TASK ITEM: In the records below, some lines hold the word "radius". Copy each of those lines.

—————

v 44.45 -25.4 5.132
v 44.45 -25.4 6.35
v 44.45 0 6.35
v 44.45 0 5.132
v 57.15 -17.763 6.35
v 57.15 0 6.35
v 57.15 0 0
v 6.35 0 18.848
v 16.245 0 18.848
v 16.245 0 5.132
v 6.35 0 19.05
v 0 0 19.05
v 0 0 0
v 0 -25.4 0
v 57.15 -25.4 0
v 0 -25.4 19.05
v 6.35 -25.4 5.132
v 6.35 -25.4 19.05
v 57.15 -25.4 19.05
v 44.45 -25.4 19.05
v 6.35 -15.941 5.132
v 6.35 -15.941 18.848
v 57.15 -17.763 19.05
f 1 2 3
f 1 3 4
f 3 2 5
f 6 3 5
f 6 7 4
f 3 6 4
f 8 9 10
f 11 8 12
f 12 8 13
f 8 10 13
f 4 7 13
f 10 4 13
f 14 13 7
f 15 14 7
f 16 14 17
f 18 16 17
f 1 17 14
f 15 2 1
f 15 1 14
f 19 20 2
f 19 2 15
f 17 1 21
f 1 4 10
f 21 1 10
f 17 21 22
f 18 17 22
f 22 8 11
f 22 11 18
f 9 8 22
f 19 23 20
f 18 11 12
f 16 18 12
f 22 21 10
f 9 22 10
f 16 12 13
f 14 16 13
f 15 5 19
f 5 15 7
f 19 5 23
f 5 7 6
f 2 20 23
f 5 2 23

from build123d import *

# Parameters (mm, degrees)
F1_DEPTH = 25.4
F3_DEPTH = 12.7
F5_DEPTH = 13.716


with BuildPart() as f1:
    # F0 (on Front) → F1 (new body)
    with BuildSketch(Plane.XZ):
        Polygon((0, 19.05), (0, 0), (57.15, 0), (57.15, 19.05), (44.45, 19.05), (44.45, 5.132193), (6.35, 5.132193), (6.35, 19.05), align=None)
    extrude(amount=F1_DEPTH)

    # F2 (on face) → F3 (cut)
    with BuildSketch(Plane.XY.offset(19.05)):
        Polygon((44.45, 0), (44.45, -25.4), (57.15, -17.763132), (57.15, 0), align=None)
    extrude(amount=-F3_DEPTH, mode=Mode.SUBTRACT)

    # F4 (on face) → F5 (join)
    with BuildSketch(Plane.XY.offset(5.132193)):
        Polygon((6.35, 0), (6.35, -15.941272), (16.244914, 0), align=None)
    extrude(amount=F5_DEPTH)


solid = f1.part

—————

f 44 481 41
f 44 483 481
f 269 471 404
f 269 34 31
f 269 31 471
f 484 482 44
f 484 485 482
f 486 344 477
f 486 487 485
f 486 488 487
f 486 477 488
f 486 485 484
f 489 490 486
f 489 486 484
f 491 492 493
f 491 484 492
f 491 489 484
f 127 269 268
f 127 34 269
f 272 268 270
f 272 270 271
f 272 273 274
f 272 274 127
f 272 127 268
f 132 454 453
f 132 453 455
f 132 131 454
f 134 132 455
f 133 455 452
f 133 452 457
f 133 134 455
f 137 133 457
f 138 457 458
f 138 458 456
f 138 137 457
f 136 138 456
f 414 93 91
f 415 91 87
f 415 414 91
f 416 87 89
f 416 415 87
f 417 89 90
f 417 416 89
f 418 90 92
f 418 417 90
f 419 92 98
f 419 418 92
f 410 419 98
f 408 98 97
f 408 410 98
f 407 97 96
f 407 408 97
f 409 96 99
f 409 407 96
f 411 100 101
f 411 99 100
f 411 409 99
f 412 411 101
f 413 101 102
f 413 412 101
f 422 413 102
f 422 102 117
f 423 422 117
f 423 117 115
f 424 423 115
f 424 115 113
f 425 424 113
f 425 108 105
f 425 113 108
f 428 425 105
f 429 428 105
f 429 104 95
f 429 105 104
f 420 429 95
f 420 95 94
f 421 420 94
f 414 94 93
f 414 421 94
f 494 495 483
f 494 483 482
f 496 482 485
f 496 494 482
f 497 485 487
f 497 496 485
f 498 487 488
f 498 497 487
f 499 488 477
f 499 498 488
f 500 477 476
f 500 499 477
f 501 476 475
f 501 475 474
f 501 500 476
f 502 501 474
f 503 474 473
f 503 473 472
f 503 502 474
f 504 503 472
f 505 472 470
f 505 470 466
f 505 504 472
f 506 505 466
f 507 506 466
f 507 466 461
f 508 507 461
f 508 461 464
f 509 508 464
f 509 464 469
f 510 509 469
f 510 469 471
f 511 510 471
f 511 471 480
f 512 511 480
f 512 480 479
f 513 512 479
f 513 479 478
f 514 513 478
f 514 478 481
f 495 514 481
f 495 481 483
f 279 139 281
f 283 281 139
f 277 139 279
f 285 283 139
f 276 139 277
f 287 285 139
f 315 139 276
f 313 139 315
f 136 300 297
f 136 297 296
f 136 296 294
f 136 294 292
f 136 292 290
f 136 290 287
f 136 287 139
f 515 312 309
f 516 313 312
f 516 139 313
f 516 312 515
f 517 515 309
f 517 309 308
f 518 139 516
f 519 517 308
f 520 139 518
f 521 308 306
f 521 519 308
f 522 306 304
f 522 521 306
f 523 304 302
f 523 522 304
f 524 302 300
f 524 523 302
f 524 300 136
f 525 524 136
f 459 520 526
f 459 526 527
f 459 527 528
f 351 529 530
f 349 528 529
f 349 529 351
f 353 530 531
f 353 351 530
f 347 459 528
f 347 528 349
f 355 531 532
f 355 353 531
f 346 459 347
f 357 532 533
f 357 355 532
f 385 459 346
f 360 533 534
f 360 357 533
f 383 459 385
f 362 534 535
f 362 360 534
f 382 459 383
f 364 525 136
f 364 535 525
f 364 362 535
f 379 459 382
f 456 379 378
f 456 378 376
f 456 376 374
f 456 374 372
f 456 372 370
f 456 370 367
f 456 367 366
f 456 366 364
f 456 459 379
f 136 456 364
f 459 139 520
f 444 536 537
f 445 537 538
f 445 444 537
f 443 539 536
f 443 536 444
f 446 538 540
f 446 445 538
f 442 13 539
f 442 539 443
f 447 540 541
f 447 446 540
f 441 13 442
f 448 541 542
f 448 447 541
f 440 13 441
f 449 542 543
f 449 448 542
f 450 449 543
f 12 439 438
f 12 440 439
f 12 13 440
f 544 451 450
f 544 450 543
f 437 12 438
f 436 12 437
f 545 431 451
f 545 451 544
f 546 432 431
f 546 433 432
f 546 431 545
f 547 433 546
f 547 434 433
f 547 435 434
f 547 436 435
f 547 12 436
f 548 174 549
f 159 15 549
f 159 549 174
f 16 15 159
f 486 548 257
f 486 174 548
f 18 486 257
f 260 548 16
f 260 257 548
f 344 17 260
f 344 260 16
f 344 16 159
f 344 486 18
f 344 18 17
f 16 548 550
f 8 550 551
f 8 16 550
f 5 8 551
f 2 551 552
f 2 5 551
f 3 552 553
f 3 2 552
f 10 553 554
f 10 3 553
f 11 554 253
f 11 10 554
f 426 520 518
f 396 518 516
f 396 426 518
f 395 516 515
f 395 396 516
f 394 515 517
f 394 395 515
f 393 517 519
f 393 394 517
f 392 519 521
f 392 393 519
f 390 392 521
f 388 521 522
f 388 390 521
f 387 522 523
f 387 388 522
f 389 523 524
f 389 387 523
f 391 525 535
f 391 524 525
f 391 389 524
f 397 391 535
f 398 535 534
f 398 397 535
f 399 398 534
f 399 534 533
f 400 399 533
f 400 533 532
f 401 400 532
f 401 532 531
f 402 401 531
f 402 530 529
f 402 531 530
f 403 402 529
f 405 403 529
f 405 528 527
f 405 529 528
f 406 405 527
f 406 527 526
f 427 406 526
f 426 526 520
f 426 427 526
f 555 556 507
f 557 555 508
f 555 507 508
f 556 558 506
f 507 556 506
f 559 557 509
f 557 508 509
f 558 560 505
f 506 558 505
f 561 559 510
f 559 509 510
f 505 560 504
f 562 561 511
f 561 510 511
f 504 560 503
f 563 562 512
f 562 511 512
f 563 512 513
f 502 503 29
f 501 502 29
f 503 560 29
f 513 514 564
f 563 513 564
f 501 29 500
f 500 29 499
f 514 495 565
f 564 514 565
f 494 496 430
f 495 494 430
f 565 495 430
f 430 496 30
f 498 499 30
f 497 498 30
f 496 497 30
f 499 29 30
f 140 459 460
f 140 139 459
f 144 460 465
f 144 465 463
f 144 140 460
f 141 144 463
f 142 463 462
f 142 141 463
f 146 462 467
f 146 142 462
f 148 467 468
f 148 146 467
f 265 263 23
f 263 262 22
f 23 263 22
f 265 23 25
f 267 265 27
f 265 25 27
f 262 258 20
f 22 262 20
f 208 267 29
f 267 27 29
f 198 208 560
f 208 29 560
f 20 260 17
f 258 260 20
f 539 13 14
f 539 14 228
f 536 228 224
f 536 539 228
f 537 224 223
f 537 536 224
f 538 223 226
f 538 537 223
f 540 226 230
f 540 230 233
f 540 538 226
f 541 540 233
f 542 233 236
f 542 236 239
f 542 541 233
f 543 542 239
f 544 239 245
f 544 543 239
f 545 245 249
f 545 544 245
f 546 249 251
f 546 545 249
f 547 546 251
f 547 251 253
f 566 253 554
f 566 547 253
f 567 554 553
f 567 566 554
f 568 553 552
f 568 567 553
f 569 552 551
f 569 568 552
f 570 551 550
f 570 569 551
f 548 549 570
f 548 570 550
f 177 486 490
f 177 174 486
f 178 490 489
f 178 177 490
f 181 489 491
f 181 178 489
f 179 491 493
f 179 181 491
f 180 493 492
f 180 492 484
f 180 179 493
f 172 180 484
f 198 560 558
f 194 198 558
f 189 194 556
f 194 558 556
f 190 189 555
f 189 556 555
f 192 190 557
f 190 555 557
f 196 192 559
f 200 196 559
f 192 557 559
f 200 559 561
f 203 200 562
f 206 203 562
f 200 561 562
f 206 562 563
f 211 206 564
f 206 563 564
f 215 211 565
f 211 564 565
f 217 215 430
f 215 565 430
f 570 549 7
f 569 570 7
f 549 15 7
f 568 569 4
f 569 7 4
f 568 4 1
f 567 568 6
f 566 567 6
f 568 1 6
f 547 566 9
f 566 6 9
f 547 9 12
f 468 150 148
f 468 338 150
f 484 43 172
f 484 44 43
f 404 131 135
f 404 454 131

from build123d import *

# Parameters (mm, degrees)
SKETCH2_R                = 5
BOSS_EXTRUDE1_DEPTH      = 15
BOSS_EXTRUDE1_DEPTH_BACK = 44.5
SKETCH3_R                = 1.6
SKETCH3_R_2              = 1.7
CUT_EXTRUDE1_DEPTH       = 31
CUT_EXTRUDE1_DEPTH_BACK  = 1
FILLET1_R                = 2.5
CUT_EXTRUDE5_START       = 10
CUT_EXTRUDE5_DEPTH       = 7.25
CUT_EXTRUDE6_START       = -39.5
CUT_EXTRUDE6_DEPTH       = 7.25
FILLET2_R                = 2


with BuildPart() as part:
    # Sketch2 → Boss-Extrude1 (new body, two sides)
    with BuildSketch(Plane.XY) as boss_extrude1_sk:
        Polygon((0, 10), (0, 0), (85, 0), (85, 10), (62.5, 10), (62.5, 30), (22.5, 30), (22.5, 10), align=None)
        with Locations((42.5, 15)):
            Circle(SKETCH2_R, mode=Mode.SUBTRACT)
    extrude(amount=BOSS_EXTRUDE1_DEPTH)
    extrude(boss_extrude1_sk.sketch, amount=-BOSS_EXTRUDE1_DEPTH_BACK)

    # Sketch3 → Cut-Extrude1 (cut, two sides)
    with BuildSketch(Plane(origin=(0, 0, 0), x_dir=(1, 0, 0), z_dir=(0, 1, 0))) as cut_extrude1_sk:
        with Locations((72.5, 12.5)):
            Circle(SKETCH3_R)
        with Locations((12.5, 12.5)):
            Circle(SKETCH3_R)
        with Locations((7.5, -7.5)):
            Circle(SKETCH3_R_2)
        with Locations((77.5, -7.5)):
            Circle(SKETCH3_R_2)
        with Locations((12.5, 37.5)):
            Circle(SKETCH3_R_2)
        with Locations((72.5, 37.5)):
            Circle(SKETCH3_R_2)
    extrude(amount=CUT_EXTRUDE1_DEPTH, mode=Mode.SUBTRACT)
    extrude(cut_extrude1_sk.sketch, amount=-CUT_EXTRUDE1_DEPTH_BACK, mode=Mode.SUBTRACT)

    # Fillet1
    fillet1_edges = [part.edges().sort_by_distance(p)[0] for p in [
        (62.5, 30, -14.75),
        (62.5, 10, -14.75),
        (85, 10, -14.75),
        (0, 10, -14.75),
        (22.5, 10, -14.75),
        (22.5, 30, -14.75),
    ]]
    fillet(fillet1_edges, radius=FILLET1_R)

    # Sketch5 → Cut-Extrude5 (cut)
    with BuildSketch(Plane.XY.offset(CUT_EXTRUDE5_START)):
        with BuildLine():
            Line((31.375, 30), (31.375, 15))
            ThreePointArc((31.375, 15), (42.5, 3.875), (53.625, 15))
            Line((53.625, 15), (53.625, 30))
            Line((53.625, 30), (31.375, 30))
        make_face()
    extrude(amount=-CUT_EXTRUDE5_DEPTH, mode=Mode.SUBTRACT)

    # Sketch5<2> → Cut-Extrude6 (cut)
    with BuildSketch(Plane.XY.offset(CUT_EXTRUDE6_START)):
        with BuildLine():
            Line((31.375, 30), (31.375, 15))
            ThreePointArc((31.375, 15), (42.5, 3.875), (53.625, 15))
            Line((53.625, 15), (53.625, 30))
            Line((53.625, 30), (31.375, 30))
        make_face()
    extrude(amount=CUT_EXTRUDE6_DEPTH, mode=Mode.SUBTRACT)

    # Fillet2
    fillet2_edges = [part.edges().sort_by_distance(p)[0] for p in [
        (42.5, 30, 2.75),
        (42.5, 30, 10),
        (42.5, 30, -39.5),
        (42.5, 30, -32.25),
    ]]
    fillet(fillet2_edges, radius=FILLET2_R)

—————

RESULT OF THE EXERCISE:
    fillet(fillet1_edges, radius=FILLET1_R)
    fillet(fillet2_edges, radius=FILLET2_R)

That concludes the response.